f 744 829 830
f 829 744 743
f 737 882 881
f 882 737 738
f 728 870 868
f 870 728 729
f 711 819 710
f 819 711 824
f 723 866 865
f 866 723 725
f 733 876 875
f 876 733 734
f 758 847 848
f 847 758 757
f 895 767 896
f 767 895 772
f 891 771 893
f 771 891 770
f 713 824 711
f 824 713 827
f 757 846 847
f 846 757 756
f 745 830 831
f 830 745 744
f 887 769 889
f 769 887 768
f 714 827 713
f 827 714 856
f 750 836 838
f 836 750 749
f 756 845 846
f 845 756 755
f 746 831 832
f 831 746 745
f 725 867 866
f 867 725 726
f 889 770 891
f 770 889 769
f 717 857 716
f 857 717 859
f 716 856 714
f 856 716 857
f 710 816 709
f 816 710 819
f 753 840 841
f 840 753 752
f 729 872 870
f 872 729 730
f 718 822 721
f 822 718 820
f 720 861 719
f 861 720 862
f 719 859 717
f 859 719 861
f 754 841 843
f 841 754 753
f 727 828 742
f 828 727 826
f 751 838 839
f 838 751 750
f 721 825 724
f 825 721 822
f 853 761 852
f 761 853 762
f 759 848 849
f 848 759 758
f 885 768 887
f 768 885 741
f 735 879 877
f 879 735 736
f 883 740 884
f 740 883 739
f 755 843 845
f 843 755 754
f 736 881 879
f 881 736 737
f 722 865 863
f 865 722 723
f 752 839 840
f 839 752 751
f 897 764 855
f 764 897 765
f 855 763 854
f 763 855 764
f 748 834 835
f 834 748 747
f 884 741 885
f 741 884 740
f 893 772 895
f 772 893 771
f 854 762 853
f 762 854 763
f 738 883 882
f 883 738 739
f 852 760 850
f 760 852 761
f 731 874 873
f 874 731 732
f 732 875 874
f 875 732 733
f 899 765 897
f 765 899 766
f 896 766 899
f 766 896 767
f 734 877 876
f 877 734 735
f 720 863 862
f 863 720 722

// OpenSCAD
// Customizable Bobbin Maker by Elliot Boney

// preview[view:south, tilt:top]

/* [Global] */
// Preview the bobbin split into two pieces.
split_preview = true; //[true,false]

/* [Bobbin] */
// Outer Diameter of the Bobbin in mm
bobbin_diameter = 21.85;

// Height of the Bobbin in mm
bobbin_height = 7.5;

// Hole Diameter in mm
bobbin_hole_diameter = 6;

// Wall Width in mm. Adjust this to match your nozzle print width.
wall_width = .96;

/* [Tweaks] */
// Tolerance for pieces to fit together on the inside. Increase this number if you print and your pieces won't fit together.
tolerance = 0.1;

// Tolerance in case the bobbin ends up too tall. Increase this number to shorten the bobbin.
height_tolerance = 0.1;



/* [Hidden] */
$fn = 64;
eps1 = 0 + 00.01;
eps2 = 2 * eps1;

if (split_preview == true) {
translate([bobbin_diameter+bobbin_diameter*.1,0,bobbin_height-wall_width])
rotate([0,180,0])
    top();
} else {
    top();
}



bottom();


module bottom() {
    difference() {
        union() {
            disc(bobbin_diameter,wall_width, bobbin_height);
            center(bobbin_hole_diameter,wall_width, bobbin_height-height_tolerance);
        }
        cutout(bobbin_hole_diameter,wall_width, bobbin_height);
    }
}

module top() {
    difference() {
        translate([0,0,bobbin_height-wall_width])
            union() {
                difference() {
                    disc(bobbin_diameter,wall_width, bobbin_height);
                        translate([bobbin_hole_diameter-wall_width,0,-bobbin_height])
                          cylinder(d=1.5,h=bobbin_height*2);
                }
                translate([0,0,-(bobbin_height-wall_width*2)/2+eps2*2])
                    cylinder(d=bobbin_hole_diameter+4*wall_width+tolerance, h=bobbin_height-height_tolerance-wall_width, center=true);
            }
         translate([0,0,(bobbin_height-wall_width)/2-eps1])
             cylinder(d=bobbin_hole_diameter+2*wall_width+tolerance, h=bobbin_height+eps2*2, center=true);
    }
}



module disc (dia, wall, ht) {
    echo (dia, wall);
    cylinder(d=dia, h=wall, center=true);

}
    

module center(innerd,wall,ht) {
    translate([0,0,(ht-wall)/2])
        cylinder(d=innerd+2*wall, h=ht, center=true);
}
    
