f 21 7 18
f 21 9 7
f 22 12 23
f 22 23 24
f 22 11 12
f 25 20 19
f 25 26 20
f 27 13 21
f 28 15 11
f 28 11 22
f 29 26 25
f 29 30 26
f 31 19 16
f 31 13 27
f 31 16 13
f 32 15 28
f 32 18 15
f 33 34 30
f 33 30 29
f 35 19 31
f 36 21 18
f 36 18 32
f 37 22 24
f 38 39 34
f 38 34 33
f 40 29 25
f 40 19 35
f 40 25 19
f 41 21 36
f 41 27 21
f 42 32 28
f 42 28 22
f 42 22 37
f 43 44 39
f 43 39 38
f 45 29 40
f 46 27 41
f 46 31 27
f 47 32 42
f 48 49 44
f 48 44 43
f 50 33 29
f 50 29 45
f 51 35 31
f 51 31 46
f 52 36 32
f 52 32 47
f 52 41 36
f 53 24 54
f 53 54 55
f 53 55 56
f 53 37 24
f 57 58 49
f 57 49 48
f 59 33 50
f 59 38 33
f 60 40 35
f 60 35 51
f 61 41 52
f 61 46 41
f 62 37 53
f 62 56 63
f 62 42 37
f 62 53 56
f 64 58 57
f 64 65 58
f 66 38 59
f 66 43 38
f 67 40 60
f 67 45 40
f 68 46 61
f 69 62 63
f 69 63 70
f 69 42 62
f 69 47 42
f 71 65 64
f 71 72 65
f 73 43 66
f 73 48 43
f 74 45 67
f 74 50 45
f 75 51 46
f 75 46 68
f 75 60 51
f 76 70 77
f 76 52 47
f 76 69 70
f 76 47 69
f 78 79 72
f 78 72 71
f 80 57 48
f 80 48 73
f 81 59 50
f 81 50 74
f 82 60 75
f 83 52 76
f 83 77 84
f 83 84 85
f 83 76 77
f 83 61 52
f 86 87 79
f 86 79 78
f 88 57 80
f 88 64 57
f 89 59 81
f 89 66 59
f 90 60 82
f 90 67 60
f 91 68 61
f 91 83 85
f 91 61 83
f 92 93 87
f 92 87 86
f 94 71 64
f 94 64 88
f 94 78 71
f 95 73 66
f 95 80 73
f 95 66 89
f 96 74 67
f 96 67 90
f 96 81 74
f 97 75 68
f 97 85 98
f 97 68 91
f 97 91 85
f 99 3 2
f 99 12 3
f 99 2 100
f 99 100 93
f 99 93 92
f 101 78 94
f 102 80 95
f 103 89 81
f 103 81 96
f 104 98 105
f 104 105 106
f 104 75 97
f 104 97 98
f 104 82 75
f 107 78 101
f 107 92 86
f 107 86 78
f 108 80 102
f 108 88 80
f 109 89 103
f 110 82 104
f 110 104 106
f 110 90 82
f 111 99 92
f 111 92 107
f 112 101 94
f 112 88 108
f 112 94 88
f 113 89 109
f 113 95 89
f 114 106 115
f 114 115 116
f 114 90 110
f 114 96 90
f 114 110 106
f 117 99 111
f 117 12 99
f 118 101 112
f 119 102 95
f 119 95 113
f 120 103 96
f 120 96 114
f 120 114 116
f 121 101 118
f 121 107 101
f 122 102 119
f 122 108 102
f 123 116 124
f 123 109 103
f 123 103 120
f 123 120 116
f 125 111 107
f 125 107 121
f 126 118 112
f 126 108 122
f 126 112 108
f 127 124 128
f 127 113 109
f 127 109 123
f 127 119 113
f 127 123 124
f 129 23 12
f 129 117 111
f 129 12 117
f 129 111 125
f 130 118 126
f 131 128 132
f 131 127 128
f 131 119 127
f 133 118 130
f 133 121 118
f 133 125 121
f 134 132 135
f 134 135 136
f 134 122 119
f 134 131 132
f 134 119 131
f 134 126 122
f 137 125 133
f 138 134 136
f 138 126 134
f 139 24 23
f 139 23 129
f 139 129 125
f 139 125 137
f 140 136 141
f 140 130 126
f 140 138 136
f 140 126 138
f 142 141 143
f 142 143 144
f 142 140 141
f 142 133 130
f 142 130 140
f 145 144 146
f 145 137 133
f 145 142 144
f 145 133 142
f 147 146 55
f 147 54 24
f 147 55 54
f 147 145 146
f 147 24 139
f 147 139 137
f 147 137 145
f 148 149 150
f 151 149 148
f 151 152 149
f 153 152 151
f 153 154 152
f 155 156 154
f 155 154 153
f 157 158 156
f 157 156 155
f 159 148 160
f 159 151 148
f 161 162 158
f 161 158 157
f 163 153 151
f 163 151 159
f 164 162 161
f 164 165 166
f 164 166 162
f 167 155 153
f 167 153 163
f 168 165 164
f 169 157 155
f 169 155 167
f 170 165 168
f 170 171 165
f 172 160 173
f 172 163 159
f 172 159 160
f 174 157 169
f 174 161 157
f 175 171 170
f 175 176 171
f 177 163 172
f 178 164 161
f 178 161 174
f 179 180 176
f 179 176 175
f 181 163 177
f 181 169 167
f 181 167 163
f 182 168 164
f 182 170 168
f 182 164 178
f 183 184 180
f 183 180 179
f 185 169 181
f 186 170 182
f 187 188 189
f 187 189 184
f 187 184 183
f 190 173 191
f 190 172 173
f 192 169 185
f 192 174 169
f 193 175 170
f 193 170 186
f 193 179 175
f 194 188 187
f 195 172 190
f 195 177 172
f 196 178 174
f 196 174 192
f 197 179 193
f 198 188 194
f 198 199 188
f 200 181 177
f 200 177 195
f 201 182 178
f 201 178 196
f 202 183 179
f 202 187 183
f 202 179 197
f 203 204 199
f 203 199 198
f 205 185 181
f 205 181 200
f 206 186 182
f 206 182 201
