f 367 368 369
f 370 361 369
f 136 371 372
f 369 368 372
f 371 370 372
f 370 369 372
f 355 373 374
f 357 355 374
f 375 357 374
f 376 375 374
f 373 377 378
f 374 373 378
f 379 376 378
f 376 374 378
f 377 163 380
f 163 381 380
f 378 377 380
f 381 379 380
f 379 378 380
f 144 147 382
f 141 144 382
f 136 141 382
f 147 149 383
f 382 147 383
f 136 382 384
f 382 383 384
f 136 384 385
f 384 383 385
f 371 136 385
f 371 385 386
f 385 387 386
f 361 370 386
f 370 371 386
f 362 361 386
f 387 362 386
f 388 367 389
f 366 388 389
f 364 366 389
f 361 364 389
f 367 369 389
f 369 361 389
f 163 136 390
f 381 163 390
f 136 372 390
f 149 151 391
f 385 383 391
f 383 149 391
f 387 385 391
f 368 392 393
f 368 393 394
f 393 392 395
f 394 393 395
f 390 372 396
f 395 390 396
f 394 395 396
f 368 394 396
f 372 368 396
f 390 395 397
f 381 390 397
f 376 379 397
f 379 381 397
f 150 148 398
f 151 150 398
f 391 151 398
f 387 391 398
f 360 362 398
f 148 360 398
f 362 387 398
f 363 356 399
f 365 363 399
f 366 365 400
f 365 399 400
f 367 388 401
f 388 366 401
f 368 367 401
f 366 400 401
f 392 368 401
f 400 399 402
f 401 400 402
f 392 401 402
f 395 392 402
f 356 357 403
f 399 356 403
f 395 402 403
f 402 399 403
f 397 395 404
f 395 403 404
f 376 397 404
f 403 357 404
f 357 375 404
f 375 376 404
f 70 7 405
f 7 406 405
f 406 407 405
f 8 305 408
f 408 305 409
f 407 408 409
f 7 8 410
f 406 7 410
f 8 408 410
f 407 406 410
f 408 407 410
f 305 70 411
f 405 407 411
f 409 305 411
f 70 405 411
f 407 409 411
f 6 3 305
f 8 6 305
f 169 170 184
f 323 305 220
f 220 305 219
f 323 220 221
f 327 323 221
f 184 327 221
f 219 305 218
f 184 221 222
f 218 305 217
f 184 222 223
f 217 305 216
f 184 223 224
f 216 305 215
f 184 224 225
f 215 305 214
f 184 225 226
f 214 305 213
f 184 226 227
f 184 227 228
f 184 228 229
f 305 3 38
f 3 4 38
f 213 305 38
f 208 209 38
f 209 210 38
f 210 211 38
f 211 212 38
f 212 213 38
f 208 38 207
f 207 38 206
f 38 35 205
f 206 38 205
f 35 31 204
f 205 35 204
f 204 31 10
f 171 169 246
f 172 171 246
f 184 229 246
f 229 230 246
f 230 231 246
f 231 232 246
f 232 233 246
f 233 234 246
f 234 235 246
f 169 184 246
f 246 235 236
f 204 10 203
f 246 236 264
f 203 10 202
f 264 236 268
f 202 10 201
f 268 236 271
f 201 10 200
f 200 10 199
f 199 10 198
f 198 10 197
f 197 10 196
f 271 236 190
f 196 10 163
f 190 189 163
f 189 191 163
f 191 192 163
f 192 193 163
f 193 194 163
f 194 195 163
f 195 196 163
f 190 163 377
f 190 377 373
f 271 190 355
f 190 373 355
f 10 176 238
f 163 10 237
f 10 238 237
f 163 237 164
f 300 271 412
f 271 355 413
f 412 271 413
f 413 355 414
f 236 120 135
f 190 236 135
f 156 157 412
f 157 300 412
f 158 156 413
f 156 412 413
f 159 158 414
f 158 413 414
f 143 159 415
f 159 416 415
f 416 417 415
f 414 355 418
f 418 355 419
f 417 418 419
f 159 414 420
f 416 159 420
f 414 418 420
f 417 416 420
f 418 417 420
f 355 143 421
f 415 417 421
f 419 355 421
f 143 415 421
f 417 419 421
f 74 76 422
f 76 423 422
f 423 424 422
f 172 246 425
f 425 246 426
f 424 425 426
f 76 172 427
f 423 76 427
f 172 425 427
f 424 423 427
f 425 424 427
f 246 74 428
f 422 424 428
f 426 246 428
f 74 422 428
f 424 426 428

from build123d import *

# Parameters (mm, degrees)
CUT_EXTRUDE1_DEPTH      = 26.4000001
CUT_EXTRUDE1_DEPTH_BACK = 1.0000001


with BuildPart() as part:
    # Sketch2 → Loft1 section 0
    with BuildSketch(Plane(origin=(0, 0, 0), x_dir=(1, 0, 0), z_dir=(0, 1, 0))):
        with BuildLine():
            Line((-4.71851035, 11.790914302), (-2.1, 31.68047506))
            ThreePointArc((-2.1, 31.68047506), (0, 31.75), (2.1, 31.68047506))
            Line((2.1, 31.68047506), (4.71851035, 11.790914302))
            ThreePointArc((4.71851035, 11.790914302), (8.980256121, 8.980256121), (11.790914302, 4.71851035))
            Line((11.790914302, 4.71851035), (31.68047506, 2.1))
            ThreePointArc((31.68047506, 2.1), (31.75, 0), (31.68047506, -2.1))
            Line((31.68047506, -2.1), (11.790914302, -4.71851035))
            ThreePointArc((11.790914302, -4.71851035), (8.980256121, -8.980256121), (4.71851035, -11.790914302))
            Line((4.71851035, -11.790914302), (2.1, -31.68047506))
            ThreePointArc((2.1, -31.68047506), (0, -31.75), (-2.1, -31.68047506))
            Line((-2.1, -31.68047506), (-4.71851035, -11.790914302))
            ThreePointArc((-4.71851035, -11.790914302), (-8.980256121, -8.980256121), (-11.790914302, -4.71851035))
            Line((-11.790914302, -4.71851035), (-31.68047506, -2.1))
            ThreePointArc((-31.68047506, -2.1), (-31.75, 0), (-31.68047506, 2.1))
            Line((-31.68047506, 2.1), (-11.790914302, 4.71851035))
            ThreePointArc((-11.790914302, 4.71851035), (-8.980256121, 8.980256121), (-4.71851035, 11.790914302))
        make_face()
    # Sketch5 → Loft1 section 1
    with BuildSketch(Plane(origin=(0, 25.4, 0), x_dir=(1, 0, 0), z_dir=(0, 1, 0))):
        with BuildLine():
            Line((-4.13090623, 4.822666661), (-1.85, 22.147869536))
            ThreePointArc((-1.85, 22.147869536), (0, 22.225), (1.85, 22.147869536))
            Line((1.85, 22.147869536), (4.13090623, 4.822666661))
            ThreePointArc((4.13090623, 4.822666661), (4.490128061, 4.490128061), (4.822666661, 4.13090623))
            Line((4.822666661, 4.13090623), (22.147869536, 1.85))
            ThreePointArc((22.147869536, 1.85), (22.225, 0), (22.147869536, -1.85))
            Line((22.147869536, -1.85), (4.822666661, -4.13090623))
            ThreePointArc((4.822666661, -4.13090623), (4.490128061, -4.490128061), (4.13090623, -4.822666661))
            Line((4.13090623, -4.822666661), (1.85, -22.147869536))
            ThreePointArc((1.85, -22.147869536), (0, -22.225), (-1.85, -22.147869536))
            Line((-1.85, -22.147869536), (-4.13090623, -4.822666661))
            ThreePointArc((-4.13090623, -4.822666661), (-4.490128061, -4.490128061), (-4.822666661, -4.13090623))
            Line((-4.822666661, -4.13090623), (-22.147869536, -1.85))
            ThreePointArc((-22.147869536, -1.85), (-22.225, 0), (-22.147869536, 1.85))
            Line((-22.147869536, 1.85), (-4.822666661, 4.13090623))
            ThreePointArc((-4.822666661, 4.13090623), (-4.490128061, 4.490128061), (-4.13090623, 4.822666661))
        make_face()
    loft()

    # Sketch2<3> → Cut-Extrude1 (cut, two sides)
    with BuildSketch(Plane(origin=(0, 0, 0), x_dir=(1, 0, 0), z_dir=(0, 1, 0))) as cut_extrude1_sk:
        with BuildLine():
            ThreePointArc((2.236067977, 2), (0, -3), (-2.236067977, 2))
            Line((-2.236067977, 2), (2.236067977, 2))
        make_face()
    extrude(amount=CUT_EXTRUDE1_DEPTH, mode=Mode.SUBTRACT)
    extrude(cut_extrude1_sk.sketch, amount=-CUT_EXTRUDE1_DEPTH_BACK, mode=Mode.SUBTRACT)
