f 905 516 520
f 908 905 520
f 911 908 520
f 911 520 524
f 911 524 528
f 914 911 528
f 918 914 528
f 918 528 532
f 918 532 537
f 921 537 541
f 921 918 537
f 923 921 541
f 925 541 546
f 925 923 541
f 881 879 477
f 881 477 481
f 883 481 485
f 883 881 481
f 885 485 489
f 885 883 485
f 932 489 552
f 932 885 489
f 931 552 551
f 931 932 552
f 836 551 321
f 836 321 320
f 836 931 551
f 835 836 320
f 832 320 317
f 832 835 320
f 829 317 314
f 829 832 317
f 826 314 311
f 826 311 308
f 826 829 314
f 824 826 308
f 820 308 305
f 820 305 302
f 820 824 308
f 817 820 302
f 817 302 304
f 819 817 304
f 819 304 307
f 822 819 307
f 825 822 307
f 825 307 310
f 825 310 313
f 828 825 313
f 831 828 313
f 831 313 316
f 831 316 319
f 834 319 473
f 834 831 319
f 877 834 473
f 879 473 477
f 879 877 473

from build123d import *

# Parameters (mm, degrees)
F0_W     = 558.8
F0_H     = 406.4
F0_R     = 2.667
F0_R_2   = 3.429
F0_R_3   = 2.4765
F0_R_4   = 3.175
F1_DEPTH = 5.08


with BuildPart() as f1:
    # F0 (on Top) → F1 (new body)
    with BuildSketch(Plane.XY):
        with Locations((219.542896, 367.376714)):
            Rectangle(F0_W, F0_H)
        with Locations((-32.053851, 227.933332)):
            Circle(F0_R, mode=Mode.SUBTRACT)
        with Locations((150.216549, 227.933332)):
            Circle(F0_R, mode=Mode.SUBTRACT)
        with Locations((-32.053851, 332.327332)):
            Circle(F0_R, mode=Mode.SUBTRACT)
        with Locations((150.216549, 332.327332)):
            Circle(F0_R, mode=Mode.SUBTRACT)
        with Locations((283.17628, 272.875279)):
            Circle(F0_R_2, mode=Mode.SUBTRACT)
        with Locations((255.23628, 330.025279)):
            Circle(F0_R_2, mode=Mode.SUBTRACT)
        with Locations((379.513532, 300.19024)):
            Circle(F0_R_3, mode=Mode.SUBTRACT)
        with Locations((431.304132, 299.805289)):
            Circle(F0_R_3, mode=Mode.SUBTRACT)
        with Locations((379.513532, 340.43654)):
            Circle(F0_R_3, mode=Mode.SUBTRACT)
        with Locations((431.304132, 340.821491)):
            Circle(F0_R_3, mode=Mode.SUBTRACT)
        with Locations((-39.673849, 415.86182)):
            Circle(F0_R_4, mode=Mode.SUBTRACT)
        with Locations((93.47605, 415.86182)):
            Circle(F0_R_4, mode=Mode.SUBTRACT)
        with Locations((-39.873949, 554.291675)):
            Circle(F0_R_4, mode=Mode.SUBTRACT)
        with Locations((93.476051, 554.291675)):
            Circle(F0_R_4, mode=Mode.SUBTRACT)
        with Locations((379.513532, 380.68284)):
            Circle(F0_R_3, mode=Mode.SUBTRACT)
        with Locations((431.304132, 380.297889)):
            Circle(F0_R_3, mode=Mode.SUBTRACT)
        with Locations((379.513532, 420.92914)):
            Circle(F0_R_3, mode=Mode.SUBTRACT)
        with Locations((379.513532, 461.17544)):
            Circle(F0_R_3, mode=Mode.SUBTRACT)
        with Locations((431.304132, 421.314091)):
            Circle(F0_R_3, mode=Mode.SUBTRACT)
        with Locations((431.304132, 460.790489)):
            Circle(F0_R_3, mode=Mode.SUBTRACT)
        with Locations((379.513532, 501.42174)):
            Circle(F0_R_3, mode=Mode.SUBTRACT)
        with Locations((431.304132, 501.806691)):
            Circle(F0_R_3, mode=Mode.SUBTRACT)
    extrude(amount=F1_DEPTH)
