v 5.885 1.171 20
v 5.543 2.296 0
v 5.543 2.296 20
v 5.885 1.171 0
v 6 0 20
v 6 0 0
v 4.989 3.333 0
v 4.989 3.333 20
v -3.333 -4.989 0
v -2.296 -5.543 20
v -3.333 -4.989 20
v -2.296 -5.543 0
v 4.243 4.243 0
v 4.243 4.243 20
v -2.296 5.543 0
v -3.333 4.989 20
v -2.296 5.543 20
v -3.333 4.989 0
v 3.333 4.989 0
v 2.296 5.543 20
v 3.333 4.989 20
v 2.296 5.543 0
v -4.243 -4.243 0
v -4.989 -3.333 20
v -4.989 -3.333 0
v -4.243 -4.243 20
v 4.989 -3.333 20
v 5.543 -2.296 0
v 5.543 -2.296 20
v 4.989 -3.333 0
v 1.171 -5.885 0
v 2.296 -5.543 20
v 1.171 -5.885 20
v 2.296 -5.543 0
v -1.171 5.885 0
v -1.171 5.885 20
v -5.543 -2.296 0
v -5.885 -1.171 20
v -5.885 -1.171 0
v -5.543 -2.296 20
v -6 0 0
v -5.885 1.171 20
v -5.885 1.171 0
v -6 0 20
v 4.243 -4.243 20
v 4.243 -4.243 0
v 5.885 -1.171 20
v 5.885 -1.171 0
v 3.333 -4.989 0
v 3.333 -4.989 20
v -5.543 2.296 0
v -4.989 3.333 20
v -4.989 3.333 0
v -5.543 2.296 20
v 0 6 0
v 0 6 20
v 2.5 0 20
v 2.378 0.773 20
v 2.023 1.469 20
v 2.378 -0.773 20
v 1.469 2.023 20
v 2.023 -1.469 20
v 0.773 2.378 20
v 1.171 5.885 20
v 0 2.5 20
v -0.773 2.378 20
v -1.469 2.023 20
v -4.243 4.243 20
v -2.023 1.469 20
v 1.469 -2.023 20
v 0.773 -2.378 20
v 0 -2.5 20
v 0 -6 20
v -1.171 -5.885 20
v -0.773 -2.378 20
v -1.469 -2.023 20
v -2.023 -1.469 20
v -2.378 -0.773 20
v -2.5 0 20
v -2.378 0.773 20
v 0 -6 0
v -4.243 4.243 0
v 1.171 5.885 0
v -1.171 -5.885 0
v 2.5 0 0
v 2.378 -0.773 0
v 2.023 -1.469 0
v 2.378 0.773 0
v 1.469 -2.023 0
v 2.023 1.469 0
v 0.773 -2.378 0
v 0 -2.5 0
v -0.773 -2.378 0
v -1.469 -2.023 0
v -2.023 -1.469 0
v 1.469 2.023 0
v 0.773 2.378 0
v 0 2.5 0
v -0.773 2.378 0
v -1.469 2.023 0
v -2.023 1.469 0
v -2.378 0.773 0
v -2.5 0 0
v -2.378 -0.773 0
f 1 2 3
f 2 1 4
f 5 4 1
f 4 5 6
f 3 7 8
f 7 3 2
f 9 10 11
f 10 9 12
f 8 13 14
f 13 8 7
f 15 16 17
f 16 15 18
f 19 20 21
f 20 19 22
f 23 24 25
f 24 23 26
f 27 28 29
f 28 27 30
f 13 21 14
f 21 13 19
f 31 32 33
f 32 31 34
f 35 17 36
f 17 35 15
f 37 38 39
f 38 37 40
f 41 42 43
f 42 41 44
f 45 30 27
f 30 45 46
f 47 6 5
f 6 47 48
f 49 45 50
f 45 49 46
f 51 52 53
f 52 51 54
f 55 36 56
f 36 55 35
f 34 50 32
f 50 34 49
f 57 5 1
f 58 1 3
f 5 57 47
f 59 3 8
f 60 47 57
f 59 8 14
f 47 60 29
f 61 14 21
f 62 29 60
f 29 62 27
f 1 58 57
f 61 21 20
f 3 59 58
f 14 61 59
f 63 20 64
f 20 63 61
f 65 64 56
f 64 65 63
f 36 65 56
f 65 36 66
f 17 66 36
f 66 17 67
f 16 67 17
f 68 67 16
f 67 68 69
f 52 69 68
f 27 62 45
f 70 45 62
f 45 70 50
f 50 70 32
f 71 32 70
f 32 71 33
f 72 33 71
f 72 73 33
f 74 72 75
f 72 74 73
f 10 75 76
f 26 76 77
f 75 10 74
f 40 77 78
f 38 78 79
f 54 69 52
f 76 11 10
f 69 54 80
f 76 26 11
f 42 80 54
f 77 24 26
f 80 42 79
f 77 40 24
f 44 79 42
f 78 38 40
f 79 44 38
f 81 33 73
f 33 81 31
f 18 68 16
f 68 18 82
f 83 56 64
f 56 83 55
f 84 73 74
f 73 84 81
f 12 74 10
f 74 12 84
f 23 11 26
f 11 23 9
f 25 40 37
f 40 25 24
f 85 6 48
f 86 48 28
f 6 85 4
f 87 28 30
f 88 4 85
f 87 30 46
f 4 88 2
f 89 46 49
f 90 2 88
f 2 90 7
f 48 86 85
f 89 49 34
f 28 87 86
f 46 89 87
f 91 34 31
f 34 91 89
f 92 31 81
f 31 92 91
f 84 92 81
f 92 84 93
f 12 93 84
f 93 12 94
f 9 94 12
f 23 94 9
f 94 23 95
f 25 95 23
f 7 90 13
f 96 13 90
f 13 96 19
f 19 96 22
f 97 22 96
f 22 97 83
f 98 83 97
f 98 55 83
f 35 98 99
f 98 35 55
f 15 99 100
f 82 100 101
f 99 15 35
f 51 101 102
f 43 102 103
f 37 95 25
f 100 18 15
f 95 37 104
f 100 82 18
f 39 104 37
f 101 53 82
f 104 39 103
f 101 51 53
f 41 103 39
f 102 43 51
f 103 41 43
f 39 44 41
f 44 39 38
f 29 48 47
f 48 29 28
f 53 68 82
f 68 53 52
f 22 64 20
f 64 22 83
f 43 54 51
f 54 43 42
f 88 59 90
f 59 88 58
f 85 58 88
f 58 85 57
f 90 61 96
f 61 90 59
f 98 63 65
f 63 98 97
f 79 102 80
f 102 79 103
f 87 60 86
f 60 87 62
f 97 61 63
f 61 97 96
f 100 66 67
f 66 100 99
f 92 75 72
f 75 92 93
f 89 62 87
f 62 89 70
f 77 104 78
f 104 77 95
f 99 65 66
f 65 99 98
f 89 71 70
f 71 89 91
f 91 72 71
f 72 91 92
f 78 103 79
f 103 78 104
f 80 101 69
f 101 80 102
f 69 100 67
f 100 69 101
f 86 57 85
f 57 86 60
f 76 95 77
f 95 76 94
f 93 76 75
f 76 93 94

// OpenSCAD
module axle(){
  difference(){ cylinder(h=20,r=6,$fn=32); translate([0,0,-0.1]) cylinder(h=20.2,r=2.5,$fn=20); }
}
axle();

....................

_WHAT THE EXERCISE ASKS_
Lines after the one containing "f 721 825 724" are not part of the task. Output the entries exactly from their first line through that one.

_RESPONSE_
f 744 829 830
f 829 744 743
f 737 882 881
f 882 737 738
f 728 870 868
f 870 728 729
f 711 819 710
f 819 711 824
f 723 866 865
f 866 723 725
f 733 876 875
f 876 733 734
f 758 847 848
f 847 758 757
f 895 767 896
f 767 895 772
f 891 771 893
f 771 891 770
f 713 824 711
f 824 713 827
f 757 846 847
f 846 757 756
f 745 830 831
f 830 745 744
f 887 769 889
f 769 887 768
f 714 827 713
f 827 714 856
f 750 836 838
f 836 750 749
f 756 845 846
f 845 756 755
f 746 831 832
f 831 746 745
f 725 867 866
f 867 725 726
f 889 770 891
f 770 889 769
f 717 857 716
f 857 717 859
f 716 856 714
f 856 716 857
f 710 816 709
f 816 710 819
f 753 840 841
f 840 753 752
f 729 872 870
f 872 729 730
f 718 822 721
f 822 718 820
f 720 861 719
f 861 720 862
f 719 859 717
f 859 719 861
f 754 841 843
f 841 754 753
f 727 828 742
f 828 727 826
f 751 838 839
f 838 751 750
f 721 825 724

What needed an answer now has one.